Admito perfeitamente que o meu poste possa sofrer de algum "wishful thinking". De vez em quando dou o benefício da dúvida ao Bloco, e depois eles desiludem-me. O que não me parece é que o meu poste «desvalorize», como diz, as «divisões» que «continuam a existir entre BE e PS no âmbito da política económica e social». Pelo contrário: é justamente por reconhecer a centralidade da questão e por ter, de facto, interesse na abertura do leque de opções políticas de governabilidade à esquerda, que me manifestei satisfeito com o possível abandono da estratégia bloquista de competição com o PCP, que entrevi na peça do Expresso.

Uma questão de oportunidade

O PSD-Madeira considera "inoportuna" a realização da sessão comemorativa do 25 de Abril na Assembleia Regional. Ao contrário do que é hábito, Alberto João pode não ter desfilado; mas como de costume o carnaval da ilha dura o ano inteiro.

Não se percebe

Terminada a série Leis da Blogosfera, Pacheco Pereira devia agora iniciar a série Leis da Política Portuguesa. A primeira podia ser: líder de partido da oposição à direita do PCP que inicie o mandato no início da legislatura não chega às eleições. Esta lei, inicialmente apenas aplicável aos dois maiores partidos, atingiu esta semana o próprio CDS. Pires de Lima, na linha de Marcelo e Ferreira Leite, acha que este não é o seu «tempo». O seu tempo talvez chegue em 2008, mais em cima das eleições.

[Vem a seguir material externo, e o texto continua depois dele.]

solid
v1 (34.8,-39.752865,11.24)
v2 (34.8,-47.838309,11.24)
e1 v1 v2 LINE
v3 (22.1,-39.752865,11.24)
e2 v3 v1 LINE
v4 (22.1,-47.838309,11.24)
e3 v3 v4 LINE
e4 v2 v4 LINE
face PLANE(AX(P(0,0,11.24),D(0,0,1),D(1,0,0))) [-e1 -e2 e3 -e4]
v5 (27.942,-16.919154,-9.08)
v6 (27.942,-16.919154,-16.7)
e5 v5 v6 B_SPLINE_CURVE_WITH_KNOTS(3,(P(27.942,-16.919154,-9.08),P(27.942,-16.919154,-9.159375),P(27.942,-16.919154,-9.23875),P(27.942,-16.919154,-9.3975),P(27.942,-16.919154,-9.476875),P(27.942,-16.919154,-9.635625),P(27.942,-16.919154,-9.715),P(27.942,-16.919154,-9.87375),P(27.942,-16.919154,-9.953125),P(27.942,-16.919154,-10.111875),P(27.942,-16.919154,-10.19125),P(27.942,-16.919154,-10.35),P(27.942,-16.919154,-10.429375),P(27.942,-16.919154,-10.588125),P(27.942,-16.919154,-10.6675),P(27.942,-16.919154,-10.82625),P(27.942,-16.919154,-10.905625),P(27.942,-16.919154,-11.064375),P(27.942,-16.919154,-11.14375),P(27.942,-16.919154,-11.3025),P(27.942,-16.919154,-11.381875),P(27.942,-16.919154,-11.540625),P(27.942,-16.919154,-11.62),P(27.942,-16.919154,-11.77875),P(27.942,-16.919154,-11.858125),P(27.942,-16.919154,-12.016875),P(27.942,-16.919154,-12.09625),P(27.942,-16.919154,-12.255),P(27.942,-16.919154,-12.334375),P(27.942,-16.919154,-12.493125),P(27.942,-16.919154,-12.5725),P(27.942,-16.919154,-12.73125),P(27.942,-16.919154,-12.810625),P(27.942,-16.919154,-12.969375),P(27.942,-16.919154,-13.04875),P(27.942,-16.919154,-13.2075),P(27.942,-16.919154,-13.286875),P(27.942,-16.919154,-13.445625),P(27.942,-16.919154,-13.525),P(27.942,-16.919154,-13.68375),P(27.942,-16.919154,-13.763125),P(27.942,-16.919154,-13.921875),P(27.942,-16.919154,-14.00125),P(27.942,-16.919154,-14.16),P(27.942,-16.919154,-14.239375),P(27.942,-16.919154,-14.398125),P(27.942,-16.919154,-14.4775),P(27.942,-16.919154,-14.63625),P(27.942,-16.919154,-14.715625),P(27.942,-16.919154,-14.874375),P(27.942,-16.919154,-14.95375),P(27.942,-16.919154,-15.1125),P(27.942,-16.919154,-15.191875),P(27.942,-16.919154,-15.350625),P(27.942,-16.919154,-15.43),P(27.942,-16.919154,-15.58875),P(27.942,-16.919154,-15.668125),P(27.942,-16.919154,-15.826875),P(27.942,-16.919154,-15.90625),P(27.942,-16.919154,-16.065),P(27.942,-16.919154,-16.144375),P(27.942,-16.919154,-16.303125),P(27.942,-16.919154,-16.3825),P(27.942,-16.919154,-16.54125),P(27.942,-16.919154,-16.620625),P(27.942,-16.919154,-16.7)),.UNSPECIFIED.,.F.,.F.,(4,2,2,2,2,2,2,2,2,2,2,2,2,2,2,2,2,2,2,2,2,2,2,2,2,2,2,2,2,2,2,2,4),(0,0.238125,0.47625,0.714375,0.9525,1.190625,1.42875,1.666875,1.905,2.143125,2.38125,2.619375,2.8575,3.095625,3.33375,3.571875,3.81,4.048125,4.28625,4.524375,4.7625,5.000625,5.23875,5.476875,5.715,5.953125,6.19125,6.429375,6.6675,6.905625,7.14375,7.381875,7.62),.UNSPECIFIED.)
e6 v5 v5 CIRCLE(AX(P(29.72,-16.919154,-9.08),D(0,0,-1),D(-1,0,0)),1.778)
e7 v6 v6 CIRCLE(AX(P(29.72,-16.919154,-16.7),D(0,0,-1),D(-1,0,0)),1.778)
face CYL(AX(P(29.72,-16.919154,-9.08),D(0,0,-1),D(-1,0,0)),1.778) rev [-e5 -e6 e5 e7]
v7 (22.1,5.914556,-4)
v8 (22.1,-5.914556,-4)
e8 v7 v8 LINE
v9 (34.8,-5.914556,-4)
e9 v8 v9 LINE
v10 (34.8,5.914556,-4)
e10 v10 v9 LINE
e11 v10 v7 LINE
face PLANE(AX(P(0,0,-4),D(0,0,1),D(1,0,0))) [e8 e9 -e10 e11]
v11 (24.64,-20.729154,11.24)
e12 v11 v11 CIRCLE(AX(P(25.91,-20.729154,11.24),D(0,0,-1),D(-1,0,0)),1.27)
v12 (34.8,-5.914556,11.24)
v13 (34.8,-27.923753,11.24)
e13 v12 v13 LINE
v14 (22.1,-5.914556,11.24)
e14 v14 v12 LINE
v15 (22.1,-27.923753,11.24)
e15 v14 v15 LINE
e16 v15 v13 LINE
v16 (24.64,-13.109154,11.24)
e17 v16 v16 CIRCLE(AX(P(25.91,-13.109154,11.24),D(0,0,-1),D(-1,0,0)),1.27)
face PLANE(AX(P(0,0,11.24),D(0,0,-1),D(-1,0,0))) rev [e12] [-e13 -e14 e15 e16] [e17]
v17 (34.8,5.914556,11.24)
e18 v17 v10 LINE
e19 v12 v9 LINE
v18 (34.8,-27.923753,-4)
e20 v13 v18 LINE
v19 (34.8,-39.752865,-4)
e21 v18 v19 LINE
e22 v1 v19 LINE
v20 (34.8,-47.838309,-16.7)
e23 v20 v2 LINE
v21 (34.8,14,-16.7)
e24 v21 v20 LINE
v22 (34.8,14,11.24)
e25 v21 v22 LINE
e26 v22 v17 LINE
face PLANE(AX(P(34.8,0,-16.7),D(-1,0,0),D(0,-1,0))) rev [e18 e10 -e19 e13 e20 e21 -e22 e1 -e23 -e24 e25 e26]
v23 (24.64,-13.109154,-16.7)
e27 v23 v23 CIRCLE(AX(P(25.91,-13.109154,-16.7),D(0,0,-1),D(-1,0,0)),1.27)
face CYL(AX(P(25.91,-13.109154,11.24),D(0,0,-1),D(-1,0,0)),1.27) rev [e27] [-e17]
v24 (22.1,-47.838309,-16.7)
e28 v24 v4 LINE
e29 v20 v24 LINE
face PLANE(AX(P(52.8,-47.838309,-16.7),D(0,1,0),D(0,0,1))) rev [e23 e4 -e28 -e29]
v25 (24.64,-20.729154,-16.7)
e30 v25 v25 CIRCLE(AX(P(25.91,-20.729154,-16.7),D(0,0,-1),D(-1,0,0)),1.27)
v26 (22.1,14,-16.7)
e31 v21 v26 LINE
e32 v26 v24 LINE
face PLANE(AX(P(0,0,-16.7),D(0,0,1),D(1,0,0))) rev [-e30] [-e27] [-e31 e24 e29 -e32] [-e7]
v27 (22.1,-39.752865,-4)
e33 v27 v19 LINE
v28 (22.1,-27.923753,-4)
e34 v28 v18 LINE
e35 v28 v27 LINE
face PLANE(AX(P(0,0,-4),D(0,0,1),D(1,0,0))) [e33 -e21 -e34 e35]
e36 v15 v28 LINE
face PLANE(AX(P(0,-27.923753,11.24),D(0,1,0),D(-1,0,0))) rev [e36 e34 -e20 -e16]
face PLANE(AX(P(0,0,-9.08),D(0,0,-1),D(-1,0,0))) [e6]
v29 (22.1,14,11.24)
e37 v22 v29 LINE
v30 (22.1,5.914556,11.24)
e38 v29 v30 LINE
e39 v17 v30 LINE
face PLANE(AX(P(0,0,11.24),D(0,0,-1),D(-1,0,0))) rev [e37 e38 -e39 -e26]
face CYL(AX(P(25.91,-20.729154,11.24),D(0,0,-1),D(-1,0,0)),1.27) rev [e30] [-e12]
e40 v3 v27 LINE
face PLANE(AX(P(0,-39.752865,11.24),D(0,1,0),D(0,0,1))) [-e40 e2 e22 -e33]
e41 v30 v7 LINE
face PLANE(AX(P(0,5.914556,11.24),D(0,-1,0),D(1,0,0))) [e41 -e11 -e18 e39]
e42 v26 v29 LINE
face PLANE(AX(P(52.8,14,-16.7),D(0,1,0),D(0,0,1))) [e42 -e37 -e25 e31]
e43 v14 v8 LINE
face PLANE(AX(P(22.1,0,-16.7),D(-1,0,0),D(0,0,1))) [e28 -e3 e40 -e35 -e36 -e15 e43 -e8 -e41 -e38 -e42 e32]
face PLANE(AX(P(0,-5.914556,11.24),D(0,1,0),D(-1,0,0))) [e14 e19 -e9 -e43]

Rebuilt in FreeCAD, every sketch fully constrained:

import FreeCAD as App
import Part
import Sketcher
Q = App.Units.Quantity

doc = App.newDocument("Part")
body = doc.addObject("PartDesign::Body", "Body")

sketch1 = doc.addObject("Sketcher::SketchObject", "Sketch")
body.addObject(sketch1)
sketch1.AttachmentSupport = (doc.XY_Plane, [""])
sketch1.MapMode = "FlatFace"
sketch1.AttachmentOffset = App.Placement(App.Vector(0, 0, -4), App.Rotation())
sketch1.addGeometry(Part.LineSegment(App.Vector(35, 14, 0), App.Vector(22, 14, 0)), False)
sketch1.addGeometry(Part.LineSegment(App.Vector(22, 14, 0), App.Vector(22, -48, 0)), False)
sketch1.addGeometry(Part.LineSegment(App.Vector(22, -48, 0), App.Vector(35, -48, 0)), False)
sketch1.addGeometry(Part.LineSegment(App.Vector(35, -48, 0), App.Vector(35, 14, 0)), False)
sketch1.addConstraint(Sketcher.Constraint("Coincident", 0, 2, 1, 1))
sketch1.addConstraint(Sketcher.Constraint("Coincident", 1, 2, 2, 1))
sketch1.addConstraint(Sketcher.Constraint("Coincident", 2, 2, 3, 1))
sketch1.addConstraint(Sketcher.Constraint("Coincident", 3, 2, 0, 1))
sketch1.addConstraint(Sketcher.Constraint("Horizontal", 0))
sketch1.addConstraint(Sketcher.Constraint("Vertical", 1))
sketch1.addConstraint(Sketcher.Constraint("Horizontal", 2))
sketch1.addConstraint(Sketcher.Constraint("Vertical", 3))
sketch1.addConstraint(Sketcher.Constraint("DistanceX", 0, 2, 0, 1, Q("0.5 in")))
sketch1.addConstraint(Sketcher.Constraint("DistanceY", 1, 2, 1, 1, 61.838309))
sketch1.addConstraint(Sketcher.Constraint("DistanceX", -1, 1, 0, 2, 22.1))
sketch1.addConstraint(Sketcher.Constraint("DistanceY", -1, 1, 0, 2, 14.0))
pad1 = doc.addObject("PartDesign::Pad", "Pad")
body.addObject(pad1)
pad1.Profile = sketch1
pad1.Length = Q("0.5 in")
pad1.Reversed = True

sketch2 = doc.addObject("Sketcher::SketchObject", "Sketch001")
body.addObject(sketch2)
sketch2.AttachmentSupport = (doc.XY_Plane, [""])
sketch2.MapMode = "FlatFace"
sketch2.AttachmentOffset = App.Placement(App.Vector(0, 0, -4), App.Rotation())
sketch2.addGeometry(Part.LineSegment(App.Vector(35, 14, 0), App.Vector(22, 14, 0)), False)
sketch2.addGeometry(Part.LineSegment(App.Vector(22, 14, 0), App.Vector(22, 6, 0)), False)
sketch2.addGeometry(Part.LineSegment(App.Vector(22, 6, 0), App.Vector(35, 6, 0)), False)
sketch2.addGeometry(Part.LineSegment(App.Vector(35, 6, 0), App.Vector(35, 14, 0)), False)
sketch2.addGeometry(Part.LineSegment(App.Vector(22, -6, 0), App.Vector(22, -28, 0)), False)
sketch2.addGeometry(Part.LineSegment(App.Vector(22, -28, 0), App.Vector(35, -28, 0)), False)
sketch2.addGeometry(Part.LineSegment(App.Vector(35, -28, 0), App.Vector(35, -6, 0)), False)
sketch2.addGeometry(Part.LineSegment(App.Vector(35, -6, 0), App.Vector(22, -6, 0)), False)
sketch2.addGeometry(Part.LineSegment(App.Vector(22, -40, 0), App.Vector(22, -48, 0)), False)
sketch2.addGeometry(Part.LineSegment(App.Vector(22, -48, 0), App.Vector(35, -48, 0)), False)
sketch2.addGeometry(Part.LineSegment(App.Vector(35, -48, 0), App.Vector(35, -40, 0)), False)
sketch2.addGeometry(Part.LineSegment(App.Vector(35, -40, 0), App.Vector(22, -40, 0)), False)
sketch2.addConstraint(Sketcher.Constraint("Coincident", 0, 2, 1, 1))
sketch2.addConstraint(Sketcher.Constraint("Coincident", 1, 2, 2, 1))
sketch2.addConstraint(Sketcher.Constraint("Coincident", 2, 2, 3, 1))
sketch2.addConstraint(Sketcher.Constraint("Coincident", 3, 2, 0, 1))
sketch2.addConstraint(Sketcher.Constraint("Coincident", 4, 2, 5, 1))
sketch2.addConstraint(Sketcher.Constraint("Coincident", 5, 2, 6, 1))
sketch2.addConstraint(Sketcher.Constraint("Coincident", 6, 2, 7, 1))
sketch2.addConstraint(Sketcher.Constraint("Coincident", 7, 2, 4, 1))
sketch2.addConstraint(Sketcher.Constraint("Coincident", 8, 2, 9, 1))
sketch2.addConstraint(Sketcher.Constraint("Coincident", 9, 2, 10, 1))
sketch2.addConstraint(Sketcher.Constraint("Coincident", 10, 2, 11, 1))
sketch2.addConstraint(Sketcher.Constraint("Coincident", 11, 2, 8, 1))
sketch2.addConstraint(Sketcher.Constraint("Horizontal", 0))
sketch2.addConstraint(Sketcher.Constraint("Vertical", 1))
sketch2.addConstraint(Sketcher.Constraint("Horizontal", 2))
sketch2.addConstraint(Sketcher.Constraint("Vertical", 3))
sketch2.addConstraint(Sketcher.Constraint("Vertical", 4))
sketch2.addConstraint(Sketcher.Constraint("Horizontal", 5))
sketch2.addConstraint(Sketcher.Constraint("Vertical", 6))
sketch2.addConstraint(Sketcher.Constraint("Horizontal", 7))
sketch2.addConstraint(Sketcher.Constraint("Vertical", 8))
sketch2.addConstraint(Sketcher.Constraint("Horizontal", 9))
sketch2.addConstraint(Sketcher.Constraint("Vertical", 10))
sketch2.addConstraint(Sketcher.Constraint("Horizontal", 11))
sketch2.addConstraint(Sketcher.Constraint("Symmetric", 2, 2, 6, 2, -1))
sketch2.addConstraint(Sketcher.Constraint("Vertical", 1, 2, 4, 2))
sketch2.addConstraint(Sketcher.Constraint("Vertical", 7, 2, 8, 2))
sketch2.addConstraint(Sketcher.Constraint("Vertical", 6, 2, 9, 2))
sketch2.addConstraint(Sketcher.Constraint("Equal", 3, 8))
sketch2.addConstraint(Sketcher.Constraint("DistanceX", 0, 2, 0, 1, Q("0.5 in")))
sketch2.addConstraint(Sketcher.Constraint("DistanceX", -1, 1, 0, 2, 22.1))
sketch2.addConstraint(Sketcher.Constraint("DistanceY", -1, 1, 0, 2, 14.0))
sketch2.addConstraint(Sketcher.Constraint("DistanceY", 1, 2, 1, 1, 8.085444))
sketch2.addConstraint(Sketcher.Constraint("DistanceY", 4, 2, 4, 1, 22.009197))
sketch2.addConstraint(Sketcher.Constraint("DistanceY", 8, 2, -1, 1, 47.838309))
pad2 = doc.addObject("PartDesign::Pad", "Pad001")
body.addObject(pad2)
pad2.Profile = sketch2
pad2.Length = Q("0.6 in")

sketch3 = doc.addObject("Sketcher::SketchObject", "Sketch002")
body.addObject(sketch3)
sketch3.AttachmentSupport = (doc.XY_Plane, [""])
sketch3.MapMode = "FlatFace"
sketch3.AttachmentOffset = App.Placement(App.Vector(0, 0, -16.7), App.Rotation())
sketch3.addGeometry(Part.Circle(App.Vector(29.7, -16.9, 0), App.Vector(0, 0, 1), 1.8), False)
sketch3.addConstraint(Sketcher.Constraint("Diameter", 0, Q("0.14 in")))
sketch3.addConstraint(Sketcher.Constraint("DistanceX", -1, 1, 0, 3, 29.72))
sketch3.addConstraint(Sketcher.Constraint("DistanceY", 0, 3, -1, 1, 16.919154))
pocket1 = doc.addObject("PartDesign::Pocket", "Pocket")
body.addObject(pocket1)
pocket1.Profile = sketch3
pocket1.Length = Q("0.3 in")
pocket1.Reversed = True

sketch4 = doc.addObject("Sketcher::SketchObject", "Sketch003")
body.addObject(sketch4)
sketch4.AttachmentSupport = (doc.XY_Plane, [""])
sketch4.MapMode = "FlatFace"
sketch4.AttachmentOffset = App.Placement(App.Vector(0, 0, -16.7), App.Rotation())
sketch4.addGeometry(Part.Circle(App.Vector(25.9, -13.1, 0), App.Vector(0, 0, 1), 1.3), False)
sketch4.addGeometry(Part.Circle(App.Vector(25.9, -20.7, 0), App.Vector(0, 0, 1), 1.3), False)
sketch4.addConstraint(Sketcher.Constraint("Equal", 0, 1))
sketch4.addConstraint(Sketcher.Constraint("Vertical", 0, 3, 1, 3))
sketch4.addConstraint(Sketcher.Constraint("Diameter", 0, Q("0.1 in")))
sketch4.addConstraint(Sketcher.Constraint("DistanceY", 1, 3, 0, 3, Q("0.3 in")))
sketch4.addConstraint(Sketcher.Constraint("DistanceX", -1, 1, 0, 3, 25.91))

Revoltado com este estado de coisas, Rui Ramos indigna-se, hoje no Diário Económico: «quando vemos as elites do PSD e do CDS proclamar que é muito cedo, uma coisa se torna claro: não há ali líderes, mas apenas seguidores; não há ali ideias, mas apenas truques.» Racionalmente, até se percebe que haja este calculismo entre os barões do PSD: há que ver como param as coisas (crescimento, défice, emprego) lá mais para a frente. O que não se percebe é que um partido dito de «causas», como o CDS, também seja afectado por este tipo de lógicas. Se é verdade que a democracia cristã de Ribeiro e Castro não vai a lado nenhum, não é nada certo que a direita radical de Pires de Lima não possa ser «sexy» na oposição a um governo PS, como já aconteceu com Portas no passado. Especialmente num momento em que o PSD vai estar condicionado pela cooperação estratégica de Cavaco.